Source data START

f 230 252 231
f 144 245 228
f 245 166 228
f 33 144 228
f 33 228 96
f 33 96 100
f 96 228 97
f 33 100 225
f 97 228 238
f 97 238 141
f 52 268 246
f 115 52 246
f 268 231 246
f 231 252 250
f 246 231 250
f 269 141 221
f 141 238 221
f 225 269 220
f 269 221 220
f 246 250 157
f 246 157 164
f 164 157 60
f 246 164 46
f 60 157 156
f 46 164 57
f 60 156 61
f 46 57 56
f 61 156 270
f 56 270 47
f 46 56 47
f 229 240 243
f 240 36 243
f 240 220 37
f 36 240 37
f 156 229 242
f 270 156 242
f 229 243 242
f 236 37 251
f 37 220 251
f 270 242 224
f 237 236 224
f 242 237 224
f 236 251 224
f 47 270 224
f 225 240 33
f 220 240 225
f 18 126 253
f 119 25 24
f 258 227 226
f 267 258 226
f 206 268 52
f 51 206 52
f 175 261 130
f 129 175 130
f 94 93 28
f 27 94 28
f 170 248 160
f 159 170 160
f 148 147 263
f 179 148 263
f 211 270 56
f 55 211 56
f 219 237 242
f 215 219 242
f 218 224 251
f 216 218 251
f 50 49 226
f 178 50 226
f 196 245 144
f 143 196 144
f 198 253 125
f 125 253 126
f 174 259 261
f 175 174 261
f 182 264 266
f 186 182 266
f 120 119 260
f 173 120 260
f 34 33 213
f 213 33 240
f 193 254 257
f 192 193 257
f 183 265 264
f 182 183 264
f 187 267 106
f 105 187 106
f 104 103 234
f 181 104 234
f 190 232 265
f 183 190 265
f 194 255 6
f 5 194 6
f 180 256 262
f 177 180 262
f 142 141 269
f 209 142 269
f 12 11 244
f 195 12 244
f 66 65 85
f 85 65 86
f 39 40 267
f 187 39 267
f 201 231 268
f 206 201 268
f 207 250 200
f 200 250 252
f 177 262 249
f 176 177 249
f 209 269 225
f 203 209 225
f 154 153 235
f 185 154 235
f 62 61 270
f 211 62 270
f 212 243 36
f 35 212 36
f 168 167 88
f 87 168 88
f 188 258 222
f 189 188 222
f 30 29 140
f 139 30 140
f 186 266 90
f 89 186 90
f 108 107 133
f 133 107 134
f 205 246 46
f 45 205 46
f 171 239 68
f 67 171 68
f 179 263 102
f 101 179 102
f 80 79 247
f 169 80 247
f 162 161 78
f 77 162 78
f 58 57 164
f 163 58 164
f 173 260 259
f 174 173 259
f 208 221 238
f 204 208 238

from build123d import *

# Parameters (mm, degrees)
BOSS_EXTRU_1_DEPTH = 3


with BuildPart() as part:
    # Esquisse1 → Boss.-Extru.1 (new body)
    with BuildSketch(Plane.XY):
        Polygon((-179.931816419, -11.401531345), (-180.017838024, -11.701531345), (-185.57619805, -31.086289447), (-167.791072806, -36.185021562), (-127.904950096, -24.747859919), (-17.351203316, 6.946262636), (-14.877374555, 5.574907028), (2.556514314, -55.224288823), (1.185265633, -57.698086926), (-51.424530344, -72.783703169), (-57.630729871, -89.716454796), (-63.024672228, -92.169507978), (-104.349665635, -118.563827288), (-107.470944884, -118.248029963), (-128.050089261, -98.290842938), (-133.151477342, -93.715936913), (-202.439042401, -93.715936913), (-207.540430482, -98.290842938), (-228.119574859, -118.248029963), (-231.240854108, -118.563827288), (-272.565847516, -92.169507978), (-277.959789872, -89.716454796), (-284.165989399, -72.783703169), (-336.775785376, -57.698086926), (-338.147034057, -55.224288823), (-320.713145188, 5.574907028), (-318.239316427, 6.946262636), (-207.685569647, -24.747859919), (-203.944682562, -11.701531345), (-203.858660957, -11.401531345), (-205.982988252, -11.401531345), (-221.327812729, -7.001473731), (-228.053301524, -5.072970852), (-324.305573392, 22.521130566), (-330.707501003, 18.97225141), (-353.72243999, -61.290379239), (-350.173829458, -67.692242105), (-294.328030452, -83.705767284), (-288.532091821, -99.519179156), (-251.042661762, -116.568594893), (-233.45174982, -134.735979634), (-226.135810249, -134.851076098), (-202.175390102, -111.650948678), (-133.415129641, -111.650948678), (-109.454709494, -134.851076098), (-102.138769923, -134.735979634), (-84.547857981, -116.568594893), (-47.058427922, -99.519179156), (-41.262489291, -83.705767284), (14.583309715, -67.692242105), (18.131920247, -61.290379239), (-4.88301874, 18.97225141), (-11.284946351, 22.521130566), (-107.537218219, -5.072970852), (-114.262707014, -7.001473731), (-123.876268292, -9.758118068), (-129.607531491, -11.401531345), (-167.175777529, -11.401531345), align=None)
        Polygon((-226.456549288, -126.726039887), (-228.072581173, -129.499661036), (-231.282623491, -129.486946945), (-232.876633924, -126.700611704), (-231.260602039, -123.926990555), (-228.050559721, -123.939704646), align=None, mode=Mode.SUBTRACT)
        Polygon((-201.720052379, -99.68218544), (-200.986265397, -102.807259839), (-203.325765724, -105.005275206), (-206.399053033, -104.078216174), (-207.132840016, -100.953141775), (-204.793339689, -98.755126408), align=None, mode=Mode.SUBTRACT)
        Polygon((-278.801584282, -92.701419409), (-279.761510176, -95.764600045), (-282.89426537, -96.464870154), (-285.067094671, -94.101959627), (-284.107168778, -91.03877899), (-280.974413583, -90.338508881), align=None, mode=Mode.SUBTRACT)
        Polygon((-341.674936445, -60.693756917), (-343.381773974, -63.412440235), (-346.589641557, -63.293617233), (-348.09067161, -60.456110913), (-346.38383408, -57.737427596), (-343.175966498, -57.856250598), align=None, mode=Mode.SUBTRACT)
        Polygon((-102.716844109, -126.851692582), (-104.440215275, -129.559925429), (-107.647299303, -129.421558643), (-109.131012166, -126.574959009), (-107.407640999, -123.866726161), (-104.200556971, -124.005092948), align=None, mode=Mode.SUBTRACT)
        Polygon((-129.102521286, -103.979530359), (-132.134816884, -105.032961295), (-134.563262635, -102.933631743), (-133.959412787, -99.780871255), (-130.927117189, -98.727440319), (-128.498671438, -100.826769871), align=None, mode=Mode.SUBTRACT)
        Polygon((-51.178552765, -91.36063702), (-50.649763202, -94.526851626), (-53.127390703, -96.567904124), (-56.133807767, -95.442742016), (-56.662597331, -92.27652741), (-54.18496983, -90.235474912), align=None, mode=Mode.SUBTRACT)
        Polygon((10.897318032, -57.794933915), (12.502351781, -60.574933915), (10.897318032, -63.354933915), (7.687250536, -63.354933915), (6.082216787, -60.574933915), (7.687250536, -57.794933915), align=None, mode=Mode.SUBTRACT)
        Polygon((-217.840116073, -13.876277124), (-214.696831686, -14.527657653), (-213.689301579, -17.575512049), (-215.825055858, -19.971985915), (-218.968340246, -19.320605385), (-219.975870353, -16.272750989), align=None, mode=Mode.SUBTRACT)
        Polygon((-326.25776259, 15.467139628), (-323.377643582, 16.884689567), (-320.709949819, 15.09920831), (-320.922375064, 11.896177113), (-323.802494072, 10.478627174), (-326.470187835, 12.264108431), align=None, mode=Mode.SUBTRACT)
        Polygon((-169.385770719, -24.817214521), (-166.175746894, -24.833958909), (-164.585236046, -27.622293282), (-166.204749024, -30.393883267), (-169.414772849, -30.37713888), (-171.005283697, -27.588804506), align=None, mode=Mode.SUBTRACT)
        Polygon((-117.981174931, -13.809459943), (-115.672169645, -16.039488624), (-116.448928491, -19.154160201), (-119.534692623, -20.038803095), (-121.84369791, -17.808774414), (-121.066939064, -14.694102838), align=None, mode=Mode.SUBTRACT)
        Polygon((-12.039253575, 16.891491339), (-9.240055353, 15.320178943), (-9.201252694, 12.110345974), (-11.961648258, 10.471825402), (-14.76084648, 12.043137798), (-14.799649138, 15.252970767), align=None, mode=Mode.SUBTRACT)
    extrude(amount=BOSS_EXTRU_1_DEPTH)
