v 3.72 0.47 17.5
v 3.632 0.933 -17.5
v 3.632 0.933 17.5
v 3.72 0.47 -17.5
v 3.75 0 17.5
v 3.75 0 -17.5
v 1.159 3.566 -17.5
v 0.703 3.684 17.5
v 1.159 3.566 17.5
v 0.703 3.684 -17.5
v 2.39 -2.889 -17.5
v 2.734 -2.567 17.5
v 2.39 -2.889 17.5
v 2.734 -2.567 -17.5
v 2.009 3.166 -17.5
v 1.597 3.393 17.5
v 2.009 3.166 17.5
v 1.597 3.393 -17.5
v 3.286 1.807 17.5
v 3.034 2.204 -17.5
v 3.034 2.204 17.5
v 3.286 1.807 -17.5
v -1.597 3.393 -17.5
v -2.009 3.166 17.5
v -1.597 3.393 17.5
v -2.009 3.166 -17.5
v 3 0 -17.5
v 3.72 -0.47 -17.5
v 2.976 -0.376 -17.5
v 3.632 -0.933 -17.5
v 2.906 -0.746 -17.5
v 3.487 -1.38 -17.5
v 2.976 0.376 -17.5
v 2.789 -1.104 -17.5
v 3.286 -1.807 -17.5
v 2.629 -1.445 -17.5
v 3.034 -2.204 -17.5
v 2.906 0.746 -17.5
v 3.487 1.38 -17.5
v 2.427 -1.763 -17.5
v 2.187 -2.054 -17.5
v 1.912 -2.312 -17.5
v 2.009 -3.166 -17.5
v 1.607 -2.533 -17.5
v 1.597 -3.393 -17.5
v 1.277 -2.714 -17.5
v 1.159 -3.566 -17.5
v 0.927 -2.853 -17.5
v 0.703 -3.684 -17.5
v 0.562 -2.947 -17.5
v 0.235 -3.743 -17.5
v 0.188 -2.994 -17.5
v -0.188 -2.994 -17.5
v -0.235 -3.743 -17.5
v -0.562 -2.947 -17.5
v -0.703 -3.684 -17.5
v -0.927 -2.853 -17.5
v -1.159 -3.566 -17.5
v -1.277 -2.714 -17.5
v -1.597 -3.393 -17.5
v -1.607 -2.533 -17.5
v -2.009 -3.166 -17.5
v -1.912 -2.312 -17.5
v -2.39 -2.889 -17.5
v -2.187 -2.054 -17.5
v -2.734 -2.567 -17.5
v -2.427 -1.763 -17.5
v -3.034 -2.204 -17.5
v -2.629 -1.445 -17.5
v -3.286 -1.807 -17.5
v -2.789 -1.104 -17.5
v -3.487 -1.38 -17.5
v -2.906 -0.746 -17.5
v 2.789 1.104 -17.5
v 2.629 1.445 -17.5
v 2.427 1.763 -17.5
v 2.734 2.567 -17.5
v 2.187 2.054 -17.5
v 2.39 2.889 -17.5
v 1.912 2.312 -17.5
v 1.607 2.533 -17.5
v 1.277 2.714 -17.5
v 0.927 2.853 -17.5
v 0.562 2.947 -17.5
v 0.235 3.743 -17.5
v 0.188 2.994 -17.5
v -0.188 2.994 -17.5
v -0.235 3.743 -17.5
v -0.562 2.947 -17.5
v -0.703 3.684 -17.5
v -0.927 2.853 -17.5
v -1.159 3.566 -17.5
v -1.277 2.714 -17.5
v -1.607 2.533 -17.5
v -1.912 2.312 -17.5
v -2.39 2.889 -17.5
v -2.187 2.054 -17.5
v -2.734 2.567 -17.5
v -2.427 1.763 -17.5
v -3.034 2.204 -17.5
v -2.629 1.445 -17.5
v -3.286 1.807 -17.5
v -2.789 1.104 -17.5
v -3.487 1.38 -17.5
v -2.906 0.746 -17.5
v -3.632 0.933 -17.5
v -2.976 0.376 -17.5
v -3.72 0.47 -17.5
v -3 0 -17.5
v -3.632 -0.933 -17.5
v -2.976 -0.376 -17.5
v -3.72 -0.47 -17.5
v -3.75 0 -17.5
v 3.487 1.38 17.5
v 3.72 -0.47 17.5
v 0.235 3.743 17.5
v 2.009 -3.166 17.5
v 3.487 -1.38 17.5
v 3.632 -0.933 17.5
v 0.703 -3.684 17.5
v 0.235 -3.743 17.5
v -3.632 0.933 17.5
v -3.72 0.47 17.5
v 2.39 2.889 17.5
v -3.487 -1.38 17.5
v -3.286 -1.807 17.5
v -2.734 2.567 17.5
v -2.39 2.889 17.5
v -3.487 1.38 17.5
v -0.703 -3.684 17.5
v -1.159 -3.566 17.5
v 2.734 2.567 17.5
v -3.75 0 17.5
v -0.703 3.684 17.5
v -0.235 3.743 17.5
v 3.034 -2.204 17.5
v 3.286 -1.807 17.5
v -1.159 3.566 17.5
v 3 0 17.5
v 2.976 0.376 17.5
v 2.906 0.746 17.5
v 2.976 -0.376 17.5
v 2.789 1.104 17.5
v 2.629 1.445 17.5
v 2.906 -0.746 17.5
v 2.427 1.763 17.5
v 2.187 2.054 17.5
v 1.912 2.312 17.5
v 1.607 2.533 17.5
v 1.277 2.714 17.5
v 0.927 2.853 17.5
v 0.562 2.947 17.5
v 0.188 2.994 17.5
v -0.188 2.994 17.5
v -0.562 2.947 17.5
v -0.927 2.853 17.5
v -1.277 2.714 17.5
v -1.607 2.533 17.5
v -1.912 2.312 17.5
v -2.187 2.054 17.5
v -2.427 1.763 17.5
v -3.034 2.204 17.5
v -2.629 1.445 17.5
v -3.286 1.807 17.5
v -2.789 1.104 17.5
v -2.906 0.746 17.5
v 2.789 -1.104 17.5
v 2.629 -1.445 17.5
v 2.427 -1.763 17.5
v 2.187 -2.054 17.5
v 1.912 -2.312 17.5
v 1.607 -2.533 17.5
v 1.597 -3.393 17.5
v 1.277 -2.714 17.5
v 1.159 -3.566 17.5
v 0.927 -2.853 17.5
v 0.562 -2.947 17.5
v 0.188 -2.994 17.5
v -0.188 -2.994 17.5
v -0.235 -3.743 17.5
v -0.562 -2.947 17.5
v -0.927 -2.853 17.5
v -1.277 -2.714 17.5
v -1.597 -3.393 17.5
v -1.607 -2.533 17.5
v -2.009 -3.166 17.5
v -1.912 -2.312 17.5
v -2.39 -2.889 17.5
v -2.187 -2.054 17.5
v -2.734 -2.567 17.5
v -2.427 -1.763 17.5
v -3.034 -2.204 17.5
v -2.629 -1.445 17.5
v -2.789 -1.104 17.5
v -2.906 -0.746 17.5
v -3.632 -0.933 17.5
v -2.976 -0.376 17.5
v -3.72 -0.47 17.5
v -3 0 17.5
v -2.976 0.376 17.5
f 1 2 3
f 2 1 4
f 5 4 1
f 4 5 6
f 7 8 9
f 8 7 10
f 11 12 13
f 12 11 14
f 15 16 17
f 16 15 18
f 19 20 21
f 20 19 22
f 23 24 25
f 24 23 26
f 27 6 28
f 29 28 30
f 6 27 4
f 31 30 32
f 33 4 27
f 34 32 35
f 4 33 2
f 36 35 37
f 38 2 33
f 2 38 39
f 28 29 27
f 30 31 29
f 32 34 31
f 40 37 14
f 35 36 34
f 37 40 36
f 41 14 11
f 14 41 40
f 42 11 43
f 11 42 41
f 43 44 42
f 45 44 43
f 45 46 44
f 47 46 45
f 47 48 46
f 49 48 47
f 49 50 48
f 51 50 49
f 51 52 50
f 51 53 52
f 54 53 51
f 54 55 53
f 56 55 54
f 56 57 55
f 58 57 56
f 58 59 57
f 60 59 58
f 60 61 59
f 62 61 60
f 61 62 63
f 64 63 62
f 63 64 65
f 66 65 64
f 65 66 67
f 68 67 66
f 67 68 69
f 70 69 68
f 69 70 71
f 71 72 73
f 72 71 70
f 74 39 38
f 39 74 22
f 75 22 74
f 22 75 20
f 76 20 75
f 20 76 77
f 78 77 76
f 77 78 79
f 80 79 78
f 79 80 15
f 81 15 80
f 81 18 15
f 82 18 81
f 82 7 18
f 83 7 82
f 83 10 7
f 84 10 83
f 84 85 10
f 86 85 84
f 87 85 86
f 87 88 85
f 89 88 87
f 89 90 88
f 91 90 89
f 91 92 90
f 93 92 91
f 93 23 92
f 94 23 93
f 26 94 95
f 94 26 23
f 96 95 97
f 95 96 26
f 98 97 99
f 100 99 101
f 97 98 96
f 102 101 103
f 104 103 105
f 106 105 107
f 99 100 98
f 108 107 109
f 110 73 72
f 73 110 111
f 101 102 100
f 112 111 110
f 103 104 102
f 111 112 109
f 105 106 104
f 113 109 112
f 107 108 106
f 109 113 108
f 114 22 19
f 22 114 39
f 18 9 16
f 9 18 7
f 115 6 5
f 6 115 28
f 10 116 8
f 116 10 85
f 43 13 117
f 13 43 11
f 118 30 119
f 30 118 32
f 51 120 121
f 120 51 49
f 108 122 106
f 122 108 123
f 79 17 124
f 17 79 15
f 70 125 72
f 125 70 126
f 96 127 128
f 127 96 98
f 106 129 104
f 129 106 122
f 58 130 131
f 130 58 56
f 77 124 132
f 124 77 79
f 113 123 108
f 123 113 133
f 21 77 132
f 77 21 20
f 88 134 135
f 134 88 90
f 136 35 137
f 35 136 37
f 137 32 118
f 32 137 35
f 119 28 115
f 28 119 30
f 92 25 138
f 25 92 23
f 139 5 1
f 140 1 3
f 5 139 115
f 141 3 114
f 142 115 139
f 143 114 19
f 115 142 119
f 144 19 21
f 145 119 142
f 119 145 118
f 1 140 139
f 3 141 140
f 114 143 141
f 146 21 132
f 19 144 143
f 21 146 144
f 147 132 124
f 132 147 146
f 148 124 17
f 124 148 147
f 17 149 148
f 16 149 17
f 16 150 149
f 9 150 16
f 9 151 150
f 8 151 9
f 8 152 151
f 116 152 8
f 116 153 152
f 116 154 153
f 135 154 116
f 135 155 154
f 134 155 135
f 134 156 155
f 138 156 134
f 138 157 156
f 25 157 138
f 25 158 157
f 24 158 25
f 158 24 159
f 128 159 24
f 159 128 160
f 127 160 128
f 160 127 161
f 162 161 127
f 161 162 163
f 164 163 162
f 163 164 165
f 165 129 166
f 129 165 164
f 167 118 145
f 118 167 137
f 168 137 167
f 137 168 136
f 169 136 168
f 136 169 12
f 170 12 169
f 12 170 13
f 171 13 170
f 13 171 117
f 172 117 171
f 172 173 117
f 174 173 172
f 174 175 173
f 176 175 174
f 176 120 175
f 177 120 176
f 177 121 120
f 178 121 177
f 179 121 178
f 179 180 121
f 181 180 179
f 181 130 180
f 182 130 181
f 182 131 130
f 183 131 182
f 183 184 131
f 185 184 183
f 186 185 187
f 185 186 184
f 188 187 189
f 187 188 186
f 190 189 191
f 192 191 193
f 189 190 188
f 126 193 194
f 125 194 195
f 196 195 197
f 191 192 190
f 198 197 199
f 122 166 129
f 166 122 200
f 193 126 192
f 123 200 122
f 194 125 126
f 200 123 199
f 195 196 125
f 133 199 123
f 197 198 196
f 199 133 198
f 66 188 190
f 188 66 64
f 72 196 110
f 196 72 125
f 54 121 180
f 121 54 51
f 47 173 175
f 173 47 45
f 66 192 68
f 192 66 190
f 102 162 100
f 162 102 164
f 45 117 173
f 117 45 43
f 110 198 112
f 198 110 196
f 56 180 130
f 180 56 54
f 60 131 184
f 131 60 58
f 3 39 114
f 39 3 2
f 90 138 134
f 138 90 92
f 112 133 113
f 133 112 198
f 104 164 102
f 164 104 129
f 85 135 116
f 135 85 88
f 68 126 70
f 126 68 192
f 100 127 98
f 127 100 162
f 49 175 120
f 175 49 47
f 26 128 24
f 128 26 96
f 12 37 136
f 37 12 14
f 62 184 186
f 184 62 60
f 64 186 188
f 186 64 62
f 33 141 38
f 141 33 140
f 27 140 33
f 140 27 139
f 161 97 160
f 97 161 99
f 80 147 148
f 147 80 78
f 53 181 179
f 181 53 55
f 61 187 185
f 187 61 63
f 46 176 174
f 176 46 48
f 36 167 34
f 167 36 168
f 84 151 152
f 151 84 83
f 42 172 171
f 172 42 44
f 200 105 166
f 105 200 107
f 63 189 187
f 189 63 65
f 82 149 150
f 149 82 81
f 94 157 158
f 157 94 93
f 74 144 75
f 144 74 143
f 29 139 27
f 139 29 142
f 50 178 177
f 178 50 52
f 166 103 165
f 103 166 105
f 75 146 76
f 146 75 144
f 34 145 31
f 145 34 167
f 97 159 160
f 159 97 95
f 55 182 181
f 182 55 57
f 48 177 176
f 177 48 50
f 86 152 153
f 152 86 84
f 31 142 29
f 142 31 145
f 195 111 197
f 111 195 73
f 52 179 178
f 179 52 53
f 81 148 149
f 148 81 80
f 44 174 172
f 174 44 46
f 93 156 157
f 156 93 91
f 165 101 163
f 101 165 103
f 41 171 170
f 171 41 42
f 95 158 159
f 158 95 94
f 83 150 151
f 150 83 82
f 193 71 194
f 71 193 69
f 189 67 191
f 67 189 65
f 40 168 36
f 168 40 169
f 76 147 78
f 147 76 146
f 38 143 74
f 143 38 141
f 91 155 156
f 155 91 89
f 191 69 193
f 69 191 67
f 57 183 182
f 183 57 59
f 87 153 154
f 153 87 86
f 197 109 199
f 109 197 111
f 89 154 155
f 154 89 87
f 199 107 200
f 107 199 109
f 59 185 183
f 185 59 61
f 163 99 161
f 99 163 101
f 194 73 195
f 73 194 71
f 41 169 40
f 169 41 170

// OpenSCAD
$fn = 50;


difference() {
	union() {
		translate(v = [0, 0, -17.5000000000]) {
			cylinder(h = 35, r = 3.7500000000);
		}
	}
	union() {
		translate(v = [0, 0, -100.0000000000]) {
			cylinder(h = 200, r = 3.0000000000);
		}
	}
}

Source data END

• Instructions for the task: Only the lines above starting at the line that holds "f 56 270 47" and ending at the line that holds "f 18 126 253" are to be repeated, exactly and in full.

• Output:
f 56 270 47
f 46 56 47
f 229 240 243
f 240 36 243
f 240 220 37
f 36 240 37
f 156 229 242
f 270 156 242
f 229 243 242
f 236 37 251
f 37 220 251
f 270 242 224
f 237 236 224
f 242 237 224
f 236 251 224
f 47 270 224
f 225 240 33
f 220 240 225
f 18 126 253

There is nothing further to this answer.